She noted, “We were contacted to help fulfill the need of our veteran and active military communities during the pandemic. Due to COVID-19, the meals provided to these heroes had stopped, and they were now in search of support.”
To donate or get involved, go to the nonprofit’s website.
SHIP — Samaritan Homeless Interim Program
87 East High St.
Somerville, N.J. 08876
SHIP is a faith-based, interfaith and community funded, assisted and supported, grassroots organization. The organization works to “create programs and services that increase the Somerset County and surrounding regions capacity to respond to the needs of the poor and working poor.” Clients include those who suffer from homelessness or “being near homeless.” Many are hungry or suffer from substance abuse dependency, HIV/AIDS, mental health issues, or neglect and isolation.
According to SHIP executive director Tom O’Leary, during the COVID-19 crisis, “S.O.S. will be feeding the needy not the fear.”

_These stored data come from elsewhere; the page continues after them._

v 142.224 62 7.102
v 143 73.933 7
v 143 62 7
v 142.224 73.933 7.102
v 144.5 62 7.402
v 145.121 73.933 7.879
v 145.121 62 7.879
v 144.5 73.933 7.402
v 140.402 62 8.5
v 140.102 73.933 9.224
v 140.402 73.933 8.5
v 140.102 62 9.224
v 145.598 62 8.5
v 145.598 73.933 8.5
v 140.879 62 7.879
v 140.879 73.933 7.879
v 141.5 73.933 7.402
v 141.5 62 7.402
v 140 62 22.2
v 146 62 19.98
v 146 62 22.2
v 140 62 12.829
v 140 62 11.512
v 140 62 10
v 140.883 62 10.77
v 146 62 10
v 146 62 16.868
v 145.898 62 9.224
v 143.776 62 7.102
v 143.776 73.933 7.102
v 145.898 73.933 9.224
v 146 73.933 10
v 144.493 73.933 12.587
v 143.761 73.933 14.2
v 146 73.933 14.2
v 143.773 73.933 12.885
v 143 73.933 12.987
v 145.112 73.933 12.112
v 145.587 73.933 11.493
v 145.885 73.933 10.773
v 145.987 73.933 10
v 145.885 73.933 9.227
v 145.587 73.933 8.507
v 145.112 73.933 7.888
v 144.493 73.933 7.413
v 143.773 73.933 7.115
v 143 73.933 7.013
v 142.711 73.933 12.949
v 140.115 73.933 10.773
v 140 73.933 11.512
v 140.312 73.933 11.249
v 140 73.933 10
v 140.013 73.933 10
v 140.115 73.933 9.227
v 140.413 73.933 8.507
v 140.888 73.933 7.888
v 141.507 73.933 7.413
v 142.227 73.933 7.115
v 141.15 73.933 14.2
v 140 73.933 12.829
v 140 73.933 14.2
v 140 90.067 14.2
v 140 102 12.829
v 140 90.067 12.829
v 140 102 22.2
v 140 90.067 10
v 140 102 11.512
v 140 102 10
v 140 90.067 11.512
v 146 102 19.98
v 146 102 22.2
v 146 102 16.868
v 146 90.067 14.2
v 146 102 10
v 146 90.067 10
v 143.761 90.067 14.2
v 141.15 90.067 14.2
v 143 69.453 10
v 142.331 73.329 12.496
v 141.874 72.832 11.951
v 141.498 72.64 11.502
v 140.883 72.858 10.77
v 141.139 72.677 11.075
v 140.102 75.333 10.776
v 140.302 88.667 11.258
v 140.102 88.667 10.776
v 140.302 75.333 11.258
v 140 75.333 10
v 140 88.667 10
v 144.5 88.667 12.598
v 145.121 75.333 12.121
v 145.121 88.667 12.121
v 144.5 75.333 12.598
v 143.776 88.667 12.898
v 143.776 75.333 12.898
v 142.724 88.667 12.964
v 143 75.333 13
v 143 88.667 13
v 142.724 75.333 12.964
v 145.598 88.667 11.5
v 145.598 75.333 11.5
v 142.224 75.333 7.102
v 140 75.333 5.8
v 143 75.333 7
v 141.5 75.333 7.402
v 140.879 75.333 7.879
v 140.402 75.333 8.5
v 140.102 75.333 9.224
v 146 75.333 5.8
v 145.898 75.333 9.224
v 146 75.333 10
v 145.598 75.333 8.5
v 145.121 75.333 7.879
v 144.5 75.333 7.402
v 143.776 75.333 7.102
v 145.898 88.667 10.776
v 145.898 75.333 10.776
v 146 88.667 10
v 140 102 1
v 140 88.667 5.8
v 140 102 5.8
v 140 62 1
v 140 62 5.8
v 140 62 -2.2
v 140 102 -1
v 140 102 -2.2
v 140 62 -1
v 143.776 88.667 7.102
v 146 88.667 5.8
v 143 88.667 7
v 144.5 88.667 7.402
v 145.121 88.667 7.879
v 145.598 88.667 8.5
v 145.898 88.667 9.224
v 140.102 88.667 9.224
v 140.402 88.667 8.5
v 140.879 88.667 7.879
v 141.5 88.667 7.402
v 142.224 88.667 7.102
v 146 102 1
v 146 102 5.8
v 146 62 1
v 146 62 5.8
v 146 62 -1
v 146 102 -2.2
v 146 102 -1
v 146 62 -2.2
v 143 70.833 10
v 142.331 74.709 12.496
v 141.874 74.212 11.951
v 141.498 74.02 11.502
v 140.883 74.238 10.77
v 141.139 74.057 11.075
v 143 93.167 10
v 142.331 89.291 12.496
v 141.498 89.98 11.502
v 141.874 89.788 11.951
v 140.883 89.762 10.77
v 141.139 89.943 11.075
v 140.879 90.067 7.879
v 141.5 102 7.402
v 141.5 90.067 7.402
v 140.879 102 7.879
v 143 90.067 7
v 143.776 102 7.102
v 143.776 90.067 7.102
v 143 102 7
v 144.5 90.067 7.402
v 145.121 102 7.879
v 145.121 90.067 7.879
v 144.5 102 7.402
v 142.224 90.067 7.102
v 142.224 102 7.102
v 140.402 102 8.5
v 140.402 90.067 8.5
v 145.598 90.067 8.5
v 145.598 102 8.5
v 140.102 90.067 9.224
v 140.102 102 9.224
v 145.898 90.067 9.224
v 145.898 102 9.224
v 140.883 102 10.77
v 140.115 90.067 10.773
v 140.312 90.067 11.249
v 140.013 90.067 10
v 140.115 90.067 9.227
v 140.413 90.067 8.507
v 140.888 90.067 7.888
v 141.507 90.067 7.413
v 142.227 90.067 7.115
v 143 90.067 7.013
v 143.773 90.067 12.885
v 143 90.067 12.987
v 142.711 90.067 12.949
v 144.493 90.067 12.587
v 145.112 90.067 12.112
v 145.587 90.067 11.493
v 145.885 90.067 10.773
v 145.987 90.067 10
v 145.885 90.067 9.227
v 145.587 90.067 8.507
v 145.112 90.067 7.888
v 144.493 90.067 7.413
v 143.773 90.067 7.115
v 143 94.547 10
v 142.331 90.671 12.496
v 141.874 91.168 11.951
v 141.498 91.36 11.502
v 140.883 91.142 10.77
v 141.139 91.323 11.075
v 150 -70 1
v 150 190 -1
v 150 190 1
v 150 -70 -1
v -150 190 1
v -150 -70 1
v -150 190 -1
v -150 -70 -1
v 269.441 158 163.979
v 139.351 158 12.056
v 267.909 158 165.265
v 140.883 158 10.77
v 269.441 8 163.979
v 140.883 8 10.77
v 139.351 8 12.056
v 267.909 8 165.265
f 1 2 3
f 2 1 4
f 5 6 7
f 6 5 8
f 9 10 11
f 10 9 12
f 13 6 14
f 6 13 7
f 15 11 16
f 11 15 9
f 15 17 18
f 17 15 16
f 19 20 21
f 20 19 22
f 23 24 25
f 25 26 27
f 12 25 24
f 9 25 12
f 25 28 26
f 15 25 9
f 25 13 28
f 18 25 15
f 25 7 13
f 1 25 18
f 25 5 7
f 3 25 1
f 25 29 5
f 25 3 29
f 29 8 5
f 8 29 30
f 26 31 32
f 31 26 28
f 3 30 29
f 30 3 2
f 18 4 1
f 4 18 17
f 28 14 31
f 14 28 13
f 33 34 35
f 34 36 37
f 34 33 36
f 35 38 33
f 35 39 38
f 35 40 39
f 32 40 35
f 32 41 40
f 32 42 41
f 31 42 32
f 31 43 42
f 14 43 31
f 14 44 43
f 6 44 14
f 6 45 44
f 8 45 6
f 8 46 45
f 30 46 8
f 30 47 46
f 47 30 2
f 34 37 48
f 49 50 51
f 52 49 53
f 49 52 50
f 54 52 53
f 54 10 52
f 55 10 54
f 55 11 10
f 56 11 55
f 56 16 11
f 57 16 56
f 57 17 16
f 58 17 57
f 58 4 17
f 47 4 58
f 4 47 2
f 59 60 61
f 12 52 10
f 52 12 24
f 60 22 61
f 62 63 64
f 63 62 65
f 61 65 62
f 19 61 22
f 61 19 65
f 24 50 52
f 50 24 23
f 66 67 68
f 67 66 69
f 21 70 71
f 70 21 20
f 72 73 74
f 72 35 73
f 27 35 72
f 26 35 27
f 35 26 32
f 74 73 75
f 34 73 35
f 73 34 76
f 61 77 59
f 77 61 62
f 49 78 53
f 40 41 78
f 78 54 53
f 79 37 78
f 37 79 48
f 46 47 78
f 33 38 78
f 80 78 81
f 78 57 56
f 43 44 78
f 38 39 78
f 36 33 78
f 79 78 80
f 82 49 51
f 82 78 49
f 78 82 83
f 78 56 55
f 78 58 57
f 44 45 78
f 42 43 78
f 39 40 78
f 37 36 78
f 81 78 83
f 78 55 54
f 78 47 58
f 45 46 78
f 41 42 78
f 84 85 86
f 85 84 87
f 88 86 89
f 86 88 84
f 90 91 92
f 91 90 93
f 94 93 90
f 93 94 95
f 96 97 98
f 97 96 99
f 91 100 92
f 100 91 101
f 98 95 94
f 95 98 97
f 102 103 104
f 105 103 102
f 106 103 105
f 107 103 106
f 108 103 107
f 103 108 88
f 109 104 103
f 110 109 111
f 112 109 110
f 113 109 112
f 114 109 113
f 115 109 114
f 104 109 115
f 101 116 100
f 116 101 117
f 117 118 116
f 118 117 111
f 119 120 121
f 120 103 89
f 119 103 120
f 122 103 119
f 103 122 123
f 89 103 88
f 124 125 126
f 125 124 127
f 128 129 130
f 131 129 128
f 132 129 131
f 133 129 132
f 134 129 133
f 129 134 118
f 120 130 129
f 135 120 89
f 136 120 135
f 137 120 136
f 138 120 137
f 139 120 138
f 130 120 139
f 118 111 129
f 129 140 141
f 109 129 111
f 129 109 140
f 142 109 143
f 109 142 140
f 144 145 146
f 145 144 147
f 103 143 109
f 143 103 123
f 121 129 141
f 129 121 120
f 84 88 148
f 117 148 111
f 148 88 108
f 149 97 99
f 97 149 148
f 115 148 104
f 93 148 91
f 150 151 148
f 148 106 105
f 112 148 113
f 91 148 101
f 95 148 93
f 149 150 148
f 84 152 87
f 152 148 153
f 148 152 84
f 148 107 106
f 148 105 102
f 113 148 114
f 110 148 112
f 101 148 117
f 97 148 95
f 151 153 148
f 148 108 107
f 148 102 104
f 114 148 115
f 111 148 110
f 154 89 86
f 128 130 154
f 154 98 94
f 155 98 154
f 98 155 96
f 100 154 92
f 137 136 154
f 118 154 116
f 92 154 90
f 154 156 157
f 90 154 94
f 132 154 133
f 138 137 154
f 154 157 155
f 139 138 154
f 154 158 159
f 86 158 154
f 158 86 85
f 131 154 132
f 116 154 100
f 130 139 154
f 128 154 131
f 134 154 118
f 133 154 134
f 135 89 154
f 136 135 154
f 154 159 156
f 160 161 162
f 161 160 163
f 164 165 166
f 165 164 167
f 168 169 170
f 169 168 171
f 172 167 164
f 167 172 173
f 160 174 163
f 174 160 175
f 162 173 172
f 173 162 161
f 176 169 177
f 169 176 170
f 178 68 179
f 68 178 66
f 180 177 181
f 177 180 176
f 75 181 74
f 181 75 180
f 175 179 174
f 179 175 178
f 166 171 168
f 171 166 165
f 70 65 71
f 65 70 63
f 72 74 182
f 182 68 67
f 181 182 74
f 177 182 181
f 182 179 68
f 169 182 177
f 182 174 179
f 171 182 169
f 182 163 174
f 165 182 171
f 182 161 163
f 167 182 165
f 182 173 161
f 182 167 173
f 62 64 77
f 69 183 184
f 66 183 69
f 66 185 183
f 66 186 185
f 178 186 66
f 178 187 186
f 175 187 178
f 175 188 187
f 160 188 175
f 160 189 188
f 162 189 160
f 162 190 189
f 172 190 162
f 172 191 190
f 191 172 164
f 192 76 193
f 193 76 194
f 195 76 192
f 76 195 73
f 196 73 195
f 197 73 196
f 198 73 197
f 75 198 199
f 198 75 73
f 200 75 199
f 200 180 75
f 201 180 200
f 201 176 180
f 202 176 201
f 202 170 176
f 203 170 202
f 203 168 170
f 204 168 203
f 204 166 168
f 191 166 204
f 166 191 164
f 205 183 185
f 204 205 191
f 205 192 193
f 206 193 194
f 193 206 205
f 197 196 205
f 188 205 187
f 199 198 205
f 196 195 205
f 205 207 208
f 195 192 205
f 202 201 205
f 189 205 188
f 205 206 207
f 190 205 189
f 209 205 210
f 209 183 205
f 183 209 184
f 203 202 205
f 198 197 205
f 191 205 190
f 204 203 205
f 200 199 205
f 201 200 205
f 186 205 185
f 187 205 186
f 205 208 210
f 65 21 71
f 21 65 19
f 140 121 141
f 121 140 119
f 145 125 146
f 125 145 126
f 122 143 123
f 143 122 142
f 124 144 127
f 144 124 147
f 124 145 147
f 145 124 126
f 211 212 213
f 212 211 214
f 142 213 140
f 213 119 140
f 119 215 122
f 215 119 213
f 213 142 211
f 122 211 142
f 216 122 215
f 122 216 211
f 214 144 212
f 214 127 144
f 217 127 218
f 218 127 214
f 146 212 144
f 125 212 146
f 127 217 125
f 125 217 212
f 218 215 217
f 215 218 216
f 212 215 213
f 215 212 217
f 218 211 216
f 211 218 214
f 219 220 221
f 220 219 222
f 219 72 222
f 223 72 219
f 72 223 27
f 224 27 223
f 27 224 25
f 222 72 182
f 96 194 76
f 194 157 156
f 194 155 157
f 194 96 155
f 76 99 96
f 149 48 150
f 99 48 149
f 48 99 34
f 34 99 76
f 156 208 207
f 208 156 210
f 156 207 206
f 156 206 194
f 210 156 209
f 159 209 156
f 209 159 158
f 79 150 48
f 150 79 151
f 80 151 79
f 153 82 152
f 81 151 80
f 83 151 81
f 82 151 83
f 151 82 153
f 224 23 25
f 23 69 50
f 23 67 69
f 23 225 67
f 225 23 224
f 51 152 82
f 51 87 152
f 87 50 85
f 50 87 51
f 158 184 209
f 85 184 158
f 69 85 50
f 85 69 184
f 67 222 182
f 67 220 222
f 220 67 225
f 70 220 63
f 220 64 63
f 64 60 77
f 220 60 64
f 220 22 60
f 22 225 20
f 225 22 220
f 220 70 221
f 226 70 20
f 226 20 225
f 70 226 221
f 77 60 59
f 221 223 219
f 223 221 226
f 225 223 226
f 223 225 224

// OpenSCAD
// file: mathhinge.scad
module math_hinge(){// mathgrrl cone hinge

//////////////////////////////////////////////////////
// parameters

// Length of the complete hinge
length = 20;

// Height (diameter) of the hinge
height = 3;

// Clearance between cones and holes
clearance = .7;		

// Clearance between hinge and sides
gap = .6; 				

// Parameters that the user does not get to specify
$fn=24*1;
border = 2*1; 
fudge = .01*1;			// to preserve mesh integrity
corner = 0*1;      	// space between hinge and corner
hinge_radius = height/2;
cone_height = 1.5*hinge_radius;  

//////////////////////////////////////////////////////
// renders

rotate(90,[0,1,0]) 
	translate([-hinge_radius,0,0])
		hinge();

translate([0,hinge_radius+gap,0]) bar();
translate([0,-2*border-hinge_radius-gap,0]) bar();

//translate([0,hinge_radius+gap,0]) square();
//translate([0,-length-hinge_radius-gap,0]) square();


//////////////////////////////////////////////////////
// module for hinge

module hinge(){
	rad = hinge_radius;
	clr = clearance;
	len = (length-2*corner)/3; 
	con = cone_height;
	// left outside hinge = (cylinder+box)-cone
	difference(){
		union(){
			translate([0,0,corner]) cylinder(h=len-clr,r=rad);
			translate([-rad,0,corner]) cube([2*rad,rad+gap,len-clr]);
		}
		translate([0,0,corner+len-con-clr+fudge]) cylinder(h=con,r1=0,r2=rad);
	}
	// inside hinge = cylinder+box+cone+cone
	union(){
		translate([0,0,corner+len]) cylinder(h=len,r=rad);
		translate([-rad,-rad-gap,corner+len]) cube([2*rad,rad+gap,len]);
		translate([0,0,corner+len-con]) cylinder(h=con,r1=0,r2=rad);
		translate([0,0,corner+2*len]) cylinder(h=con,r1=rad,r2=0);
	}
	// right outside hinge = (cylinder+box)-cone
	difference(){
		union(){
			translate([0,0,corner+2*len+clr]) cylinder(h=len-clr,r=rad);
			translate([-rad,0,corner+2*len+clr]) cube([2*rad,rad+gap,len-clr]);
		}
		translate([0,0,corner+2*len+clr-fudge]) cylinder(h=con,r1=rad,r2=0);	
	}
}

//////////////////////////////////////////////////////
// module for square shape

module square(){
	difference(){
		cube([length,length,height]);
		translate([border,border,-fudge])
			cube(	[length-2*border,length-2*border,height+2*fudge]);
	}
}

//////////////////////////////////////////////////////
// module for bar shape

module bar(){
	cube([length,2*border,height]);
}
}
math_hinge();
// file: hinge-lego.scad
use <mathhinge.scad>;

module hinge(){
translate([1, -10, 0]) math_hinge();
}

module box(){
	difference(){
		cube([22, 5, 4], center=true);
		translate([0,0,2]) cube([21, 3.5, 6], center=true);
	}
}


hinge();
translate([12,0,2]) box();

//for comparison
//translate([0, -5, 0]) cube([20, 4, 3]);
// main file
use <hinge-lego.scad>;

module bunny(factor){
	difference(){
		scale([factor, factor, factor])
		import("component/PlayboyBunny.stl");

		translate([-60, -110, -1])
		cube([200, 50, 50]);
	}
}


//1st base
translate([0, 60, 0]) cube([300, 260, 2], center=true);


//2nd layer
translate([160, 0, 60])rotate([0, 130, 0]) 
	translate([-150, 8, 15]) cube([200, 150, 2]);

//translate([9, 27, 19]) rotate([0, 90, 0]) scale([2, 2, 2])
	//box();


translate([140, 60, 30]) rotate([90, 0, 90]) scale([2, 2, 2])
	hinge();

For those looking to offer a financial donation to assist SHIP in purchasing the necessary items, make checks payable to SHIP (COVID-19 in the memo line). Checks may be mailed to SHIP at the address listed above.
In addition to financial donations, the following items are needed: 9-inch to go containers with no separators, 6-inch to go containers, to-go bags, cleaning products, food in pop top packaging and microwaveable items.
Somerville Elks Lodge 1068
375 Union Ave.
Bridgewater, N.J. 08807
Somerville Elks Lodge 1068 is functioning as a collection site for the Somerset County Food Bank. Donations of nonperishable food items may be dropped off at lodge on Tuesdays through Saturdays from 9 a.m. to 3 p.m.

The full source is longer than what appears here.